Start of Block

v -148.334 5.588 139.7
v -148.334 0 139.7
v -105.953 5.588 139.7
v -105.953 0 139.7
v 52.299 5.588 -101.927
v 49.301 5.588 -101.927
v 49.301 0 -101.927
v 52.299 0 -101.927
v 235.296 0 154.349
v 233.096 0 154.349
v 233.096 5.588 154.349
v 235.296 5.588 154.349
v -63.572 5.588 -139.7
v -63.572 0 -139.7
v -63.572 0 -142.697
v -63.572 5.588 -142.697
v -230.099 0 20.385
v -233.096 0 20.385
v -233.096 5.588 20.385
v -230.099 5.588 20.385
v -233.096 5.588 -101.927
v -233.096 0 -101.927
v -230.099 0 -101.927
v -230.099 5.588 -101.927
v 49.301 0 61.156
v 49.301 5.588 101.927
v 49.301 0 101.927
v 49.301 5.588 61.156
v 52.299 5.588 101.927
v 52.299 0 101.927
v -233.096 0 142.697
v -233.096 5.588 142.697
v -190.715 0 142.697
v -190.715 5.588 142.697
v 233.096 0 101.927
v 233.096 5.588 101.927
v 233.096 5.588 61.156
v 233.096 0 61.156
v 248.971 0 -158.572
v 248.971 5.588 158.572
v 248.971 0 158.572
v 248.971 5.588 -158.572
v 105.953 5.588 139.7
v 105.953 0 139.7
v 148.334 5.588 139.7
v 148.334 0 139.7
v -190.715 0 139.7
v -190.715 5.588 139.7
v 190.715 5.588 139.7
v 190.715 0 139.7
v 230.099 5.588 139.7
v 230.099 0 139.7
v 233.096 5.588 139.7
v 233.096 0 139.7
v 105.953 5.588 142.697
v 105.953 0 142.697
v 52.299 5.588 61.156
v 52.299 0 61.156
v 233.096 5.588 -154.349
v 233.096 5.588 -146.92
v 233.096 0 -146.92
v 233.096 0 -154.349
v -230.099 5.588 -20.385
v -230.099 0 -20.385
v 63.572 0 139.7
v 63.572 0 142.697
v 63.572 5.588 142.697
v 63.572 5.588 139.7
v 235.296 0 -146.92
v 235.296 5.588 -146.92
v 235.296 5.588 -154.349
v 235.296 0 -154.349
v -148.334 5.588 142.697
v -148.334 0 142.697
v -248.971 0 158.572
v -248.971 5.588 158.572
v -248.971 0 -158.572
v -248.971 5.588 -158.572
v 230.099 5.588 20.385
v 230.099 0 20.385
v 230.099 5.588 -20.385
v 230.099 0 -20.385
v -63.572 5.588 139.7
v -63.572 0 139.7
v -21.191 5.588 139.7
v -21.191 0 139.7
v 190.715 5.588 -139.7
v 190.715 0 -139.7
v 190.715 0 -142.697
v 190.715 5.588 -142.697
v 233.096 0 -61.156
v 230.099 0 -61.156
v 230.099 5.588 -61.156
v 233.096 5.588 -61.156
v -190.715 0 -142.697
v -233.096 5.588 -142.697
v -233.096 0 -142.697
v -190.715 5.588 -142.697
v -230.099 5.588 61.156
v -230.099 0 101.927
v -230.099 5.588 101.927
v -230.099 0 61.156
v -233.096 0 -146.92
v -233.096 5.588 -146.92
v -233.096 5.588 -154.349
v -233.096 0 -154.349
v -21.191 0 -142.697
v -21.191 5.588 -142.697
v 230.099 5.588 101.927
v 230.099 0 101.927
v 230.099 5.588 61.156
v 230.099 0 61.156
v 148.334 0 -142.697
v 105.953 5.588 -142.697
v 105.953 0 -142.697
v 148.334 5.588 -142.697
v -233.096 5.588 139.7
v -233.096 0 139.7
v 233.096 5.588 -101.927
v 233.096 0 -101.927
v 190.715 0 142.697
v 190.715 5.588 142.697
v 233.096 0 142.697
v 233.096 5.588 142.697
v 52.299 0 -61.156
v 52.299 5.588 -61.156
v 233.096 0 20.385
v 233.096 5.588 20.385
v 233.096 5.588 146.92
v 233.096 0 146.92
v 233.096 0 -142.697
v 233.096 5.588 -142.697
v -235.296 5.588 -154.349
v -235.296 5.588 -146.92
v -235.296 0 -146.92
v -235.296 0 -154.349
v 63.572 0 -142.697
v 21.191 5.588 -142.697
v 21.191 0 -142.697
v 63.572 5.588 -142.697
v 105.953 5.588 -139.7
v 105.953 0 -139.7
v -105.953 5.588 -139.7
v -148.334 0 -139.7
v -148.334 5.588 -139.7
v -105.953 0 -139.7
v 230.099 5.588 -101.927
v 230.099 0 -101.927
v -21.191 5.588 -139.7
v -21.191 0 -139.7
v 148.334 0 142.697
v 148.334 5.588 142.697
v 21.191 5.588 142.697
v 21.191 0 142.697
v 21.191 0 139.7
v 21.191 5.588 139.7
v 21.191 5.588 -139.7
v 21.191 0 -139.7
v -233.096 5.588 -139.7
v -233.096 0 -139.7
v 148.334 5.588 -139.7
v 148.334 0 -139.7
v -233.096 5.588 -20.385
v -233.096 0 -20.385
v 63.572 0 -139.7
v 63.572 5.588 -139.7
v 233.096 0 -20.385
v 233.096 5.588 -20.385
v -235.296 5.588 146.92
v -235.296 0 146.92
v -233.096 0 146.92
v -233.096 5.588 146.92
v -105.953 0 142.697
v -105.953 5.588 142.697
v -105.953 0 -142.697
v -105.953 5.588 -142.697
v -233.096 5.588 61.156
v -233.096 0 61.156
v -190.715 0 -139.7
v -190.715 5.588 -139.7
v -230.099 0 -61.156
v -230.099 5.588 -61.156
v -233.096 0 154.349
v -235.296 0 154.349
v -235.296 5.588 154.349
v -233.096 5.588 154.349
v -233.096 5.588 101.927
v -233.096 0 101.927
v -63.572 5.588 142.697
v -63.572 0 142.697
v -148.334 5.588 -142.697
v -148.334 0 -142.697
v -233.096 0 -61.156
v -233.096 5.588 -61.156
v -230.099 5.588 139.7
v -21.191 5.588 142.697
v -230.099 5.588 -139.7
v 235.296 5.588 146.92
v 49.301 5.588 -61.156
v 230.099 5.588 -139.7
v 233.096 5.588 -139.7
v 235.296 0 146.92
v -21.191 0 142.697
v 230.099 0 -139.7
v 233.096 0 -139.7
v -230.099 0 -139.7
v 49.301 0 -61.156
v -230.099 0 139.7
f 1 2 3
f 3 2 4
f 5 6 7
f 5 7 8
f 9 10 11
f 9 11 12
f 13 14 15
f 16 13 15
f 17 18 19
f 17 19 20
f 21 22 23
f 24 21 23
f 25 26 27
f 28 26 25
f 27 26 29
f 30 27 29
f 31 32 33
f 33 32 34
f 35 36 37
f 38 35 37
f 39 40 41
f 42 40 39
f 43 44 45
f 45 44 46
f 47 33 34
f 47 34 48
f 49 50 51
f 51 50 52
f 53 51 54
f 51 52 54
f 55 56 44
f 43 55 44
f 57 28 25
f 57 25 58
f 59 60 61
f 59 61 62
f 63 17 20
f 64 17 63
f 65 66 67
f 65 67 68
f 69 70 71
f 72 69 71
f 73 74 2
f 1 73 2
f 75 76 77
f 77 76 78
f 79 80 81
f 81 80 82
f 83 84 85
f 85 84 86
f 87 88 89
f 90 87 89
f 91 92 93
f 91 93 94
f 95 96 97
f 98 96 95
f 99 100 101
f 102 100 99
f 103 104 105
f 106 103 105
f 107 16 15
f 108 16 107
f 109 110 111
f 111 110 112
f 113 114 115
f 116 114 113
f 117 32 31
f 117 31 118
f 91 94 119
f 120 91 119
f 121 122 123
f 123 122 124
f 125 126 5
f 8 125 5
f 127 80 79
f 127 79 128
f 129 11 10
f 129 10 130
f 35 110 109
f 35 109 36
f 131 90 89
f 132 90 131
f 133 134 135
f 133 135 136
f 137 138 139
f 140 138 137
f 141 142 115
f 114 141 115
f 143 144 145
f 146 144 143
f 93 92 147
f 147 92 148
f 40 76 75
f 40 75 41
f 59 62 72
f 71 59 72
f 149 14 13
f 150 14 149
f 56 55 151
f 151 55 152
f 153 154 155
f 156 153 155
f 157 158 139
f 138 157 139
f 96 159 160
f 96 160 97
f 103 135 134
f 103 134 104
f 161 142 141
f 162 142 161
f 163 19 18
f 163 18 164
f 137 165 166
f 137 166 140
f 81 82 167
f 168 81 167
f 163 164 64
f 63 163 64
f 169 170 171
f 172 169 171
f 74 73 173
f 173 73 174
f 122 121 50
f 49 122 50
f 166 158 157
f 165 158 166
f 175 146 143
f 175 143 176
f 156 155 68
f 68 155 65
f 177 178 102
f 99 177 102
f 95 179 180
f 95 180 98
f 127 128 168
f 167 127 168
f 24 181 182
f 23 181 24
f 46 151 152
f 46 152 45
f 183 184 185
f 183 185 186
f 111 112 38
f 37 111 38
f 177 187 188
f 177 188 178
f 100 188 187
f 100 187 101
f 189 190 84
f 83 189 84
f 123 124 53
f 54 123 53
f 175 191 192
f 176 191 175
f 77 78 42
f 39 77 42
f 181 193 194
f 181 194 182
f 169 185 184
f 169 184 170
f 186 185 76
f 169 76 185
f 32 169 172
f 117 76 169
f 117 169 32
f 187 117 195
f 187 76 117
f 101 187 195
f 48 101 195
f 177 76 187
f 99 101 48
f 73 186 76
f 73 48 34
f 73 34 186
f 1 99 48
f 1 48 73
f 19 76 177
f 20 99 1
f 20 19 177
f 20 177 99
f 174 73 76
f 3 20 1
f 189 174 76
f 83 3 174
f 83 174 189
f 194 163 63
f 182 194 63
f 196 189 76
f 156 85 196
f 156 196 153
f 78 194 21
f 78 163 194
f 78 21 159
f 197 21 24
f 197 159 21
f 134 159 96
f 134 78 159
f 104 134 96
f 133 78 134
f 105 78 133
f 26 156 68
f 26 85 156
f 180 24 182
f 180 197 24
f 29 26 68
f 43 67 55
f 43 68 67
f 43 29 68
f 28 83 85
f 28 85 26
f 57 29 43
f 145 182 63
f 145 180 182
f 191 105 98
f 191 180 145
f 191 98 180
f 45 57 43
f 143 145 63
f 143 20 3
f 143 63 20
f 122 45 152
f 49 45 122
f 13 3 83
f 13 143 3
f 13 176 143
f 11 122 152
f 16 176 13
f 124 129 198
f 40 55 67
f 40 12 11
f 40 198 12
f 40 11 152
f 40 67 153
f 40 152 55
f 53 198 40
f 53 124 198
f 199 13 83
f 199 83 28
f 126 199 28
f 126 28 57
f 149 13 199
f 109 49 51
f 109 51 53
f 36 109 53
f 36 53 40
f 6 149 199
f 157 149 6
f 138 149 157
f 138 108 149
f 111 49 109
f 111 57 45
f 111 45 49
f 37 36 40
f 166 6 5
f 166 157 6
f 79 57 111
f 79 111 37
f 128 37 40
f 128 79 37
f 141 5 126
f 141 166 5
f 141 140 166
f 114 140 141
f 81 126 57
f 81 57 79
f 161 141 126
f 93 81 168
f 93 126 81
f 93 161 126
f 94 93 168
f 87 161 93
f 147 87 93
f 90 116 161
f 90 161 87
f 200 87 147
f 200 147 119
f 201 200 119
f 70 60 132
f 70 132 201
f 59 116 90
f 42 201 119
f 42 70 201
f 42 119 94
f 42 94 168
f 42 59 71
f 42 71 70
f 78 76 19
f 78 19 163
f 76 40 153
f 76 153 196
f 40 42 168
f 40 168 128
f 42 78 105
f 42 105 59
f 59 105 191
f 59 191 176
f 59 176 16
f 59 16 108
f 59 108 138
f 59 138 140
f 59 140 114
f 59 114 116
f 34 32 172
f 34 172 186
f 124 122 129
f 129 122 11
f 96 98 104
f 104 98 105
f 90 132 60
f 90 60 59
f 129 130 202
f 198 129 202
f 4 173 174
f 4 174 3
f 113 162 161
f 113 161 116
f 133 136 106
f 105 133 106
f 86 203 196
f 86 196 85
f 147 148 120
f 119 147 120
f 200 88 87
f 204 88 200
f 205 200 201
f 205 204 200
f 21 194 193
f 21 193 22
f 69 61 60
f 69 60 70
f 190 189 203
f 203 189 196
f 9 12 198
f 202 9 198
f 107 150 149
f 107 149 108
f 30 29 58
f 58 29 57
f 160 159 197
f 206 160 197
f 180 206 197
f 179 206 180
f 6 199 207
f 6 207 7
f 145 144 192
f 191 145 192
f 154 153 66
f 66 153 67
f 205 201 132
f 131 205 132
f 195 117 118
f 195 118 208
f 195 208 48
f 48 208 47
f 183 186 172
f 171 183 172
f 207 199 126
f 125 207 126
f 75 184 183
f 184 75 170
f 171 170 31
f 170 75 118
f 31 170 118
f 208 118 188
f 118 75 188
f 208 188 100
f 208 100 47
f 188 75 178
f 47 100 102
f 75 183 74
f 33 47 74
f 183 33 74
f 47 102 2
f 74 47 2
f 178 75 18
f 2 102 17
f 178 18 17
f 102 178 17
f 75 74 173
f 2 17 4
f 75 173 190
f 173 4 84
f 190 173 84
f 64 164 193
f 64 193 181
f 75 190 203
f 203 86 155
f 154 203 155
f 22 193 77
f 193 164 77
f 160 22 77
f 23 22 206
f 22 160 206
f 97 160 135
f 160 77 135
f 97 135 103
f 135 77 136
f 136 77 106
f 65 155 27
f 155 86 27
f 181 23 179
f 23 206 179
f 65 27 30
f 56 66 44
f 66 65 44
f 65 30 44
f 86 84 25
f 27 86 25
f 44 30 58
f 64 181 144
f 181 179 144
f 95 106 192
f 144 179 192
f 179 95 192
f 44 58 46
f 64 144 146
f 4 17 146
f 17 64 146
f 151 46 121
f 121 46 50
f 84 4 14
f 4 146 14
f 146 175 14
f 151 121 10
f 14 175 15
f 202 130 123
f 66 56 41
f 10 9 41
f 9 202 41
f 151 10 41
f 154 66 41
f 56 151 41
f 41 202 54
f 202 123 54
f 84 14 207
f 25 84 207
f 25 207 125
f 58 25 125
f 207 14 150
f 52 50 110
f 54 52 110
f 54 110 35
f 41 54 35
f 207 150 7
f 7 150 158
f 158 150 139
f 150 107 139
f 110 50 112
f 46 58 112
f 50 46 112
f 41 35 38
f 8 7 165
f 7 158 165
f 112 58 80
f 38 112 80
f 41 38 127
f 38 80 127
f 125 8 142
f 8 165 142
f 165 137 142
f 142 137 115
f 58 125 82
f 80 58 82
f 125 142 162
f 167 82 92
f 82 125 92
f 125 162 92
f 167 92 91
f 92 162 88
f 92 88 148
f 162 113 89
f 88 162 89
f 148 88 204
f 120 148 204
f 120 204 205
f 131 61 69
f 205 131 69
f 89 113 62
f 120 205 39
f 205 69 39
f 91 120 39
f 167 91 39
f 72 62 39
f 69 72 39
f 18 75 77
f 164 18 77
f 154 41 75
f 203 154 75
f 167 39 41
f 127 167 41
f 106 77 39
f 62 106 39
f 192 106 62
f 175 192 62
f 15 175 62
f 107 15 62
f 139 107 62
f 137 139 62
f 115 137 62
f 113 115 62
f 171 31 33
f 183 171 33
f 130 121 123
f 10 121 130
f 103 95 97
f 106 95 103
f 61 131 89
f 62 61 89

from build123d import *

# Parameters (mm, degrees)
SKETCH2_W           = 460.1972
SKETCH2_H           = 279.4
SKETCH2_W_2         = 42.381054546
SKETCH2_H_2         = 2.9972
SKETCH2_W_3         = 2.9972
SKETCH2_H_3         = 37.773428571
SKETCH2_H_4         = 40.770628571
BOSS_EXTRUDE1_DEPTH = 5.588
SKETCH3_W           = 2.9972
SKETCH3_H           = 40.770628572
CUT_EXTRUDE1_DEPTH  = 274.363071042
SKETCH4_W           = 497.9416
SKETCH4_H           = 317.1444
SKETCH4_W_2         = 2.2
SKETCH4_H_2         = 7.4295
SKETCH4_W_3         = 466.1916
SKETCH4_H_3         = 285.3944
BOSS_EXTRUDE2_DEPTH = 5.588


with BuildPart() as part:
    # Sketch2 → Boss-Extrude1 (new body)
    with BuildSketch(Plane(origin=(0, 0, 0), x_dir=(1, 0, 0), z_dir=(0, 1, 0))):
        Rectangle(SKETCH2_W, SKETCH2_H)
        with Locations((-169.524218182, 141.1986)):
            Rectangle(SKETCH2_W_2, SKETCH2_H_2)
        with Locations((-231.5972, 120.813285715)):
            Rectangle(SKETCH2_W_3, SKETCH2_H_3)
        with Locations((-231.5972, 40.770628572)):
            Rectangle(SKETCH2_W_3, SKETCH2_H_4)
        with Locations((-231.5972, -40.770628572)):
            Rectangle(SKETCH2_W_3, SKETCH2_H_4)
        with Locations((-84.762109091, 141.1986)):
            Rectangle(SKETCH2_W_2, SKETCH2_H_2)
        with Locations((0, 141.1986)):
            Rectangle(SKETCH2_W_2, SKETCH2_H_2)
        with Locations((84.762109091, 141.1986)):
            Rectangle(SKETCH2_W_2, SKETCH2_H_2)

End of Block

Task objective
From the records above, copy out the line with "f 17 64 146", the line with "f 82 125 92", and every line between them, word for word.

Final answer
f 17 64 146
f 151 46 121
f 121 46 50
f 84 4 14
f 4 146 14
f 146 175 14
f 151 121 10
f 14 175 15
f 202 130 123
f 66 56 41
f 10 9 41
f 9 202 41
f 151 10 41
f 154 66 41
f 56 151 41
f 41 202 54
f 202 123 54
f 84 14 207
f 25 84 207
f 25 207 125
f 58 25 125
f 207 14 150
f 52 50 110
f 54 52 110
f 54 110 35
f 41 54 35
f 207 150 7
f 7 150 158
f 158 150 139
f 150 107 139
f 110 50 112
f 46 58 112
f 50 46 112
f 41 35 38
f 8 7 165
f 7 158 165
f 112 58 80
f 38 112 80
f 41 38 127
f 38 80 127
f 125 8 142
f 8 165 142
f 165 137 142
f 142 137 115
f 58 125 82
f 80 58 82
f 125 142 162
f 167 82 92
f 82 125 92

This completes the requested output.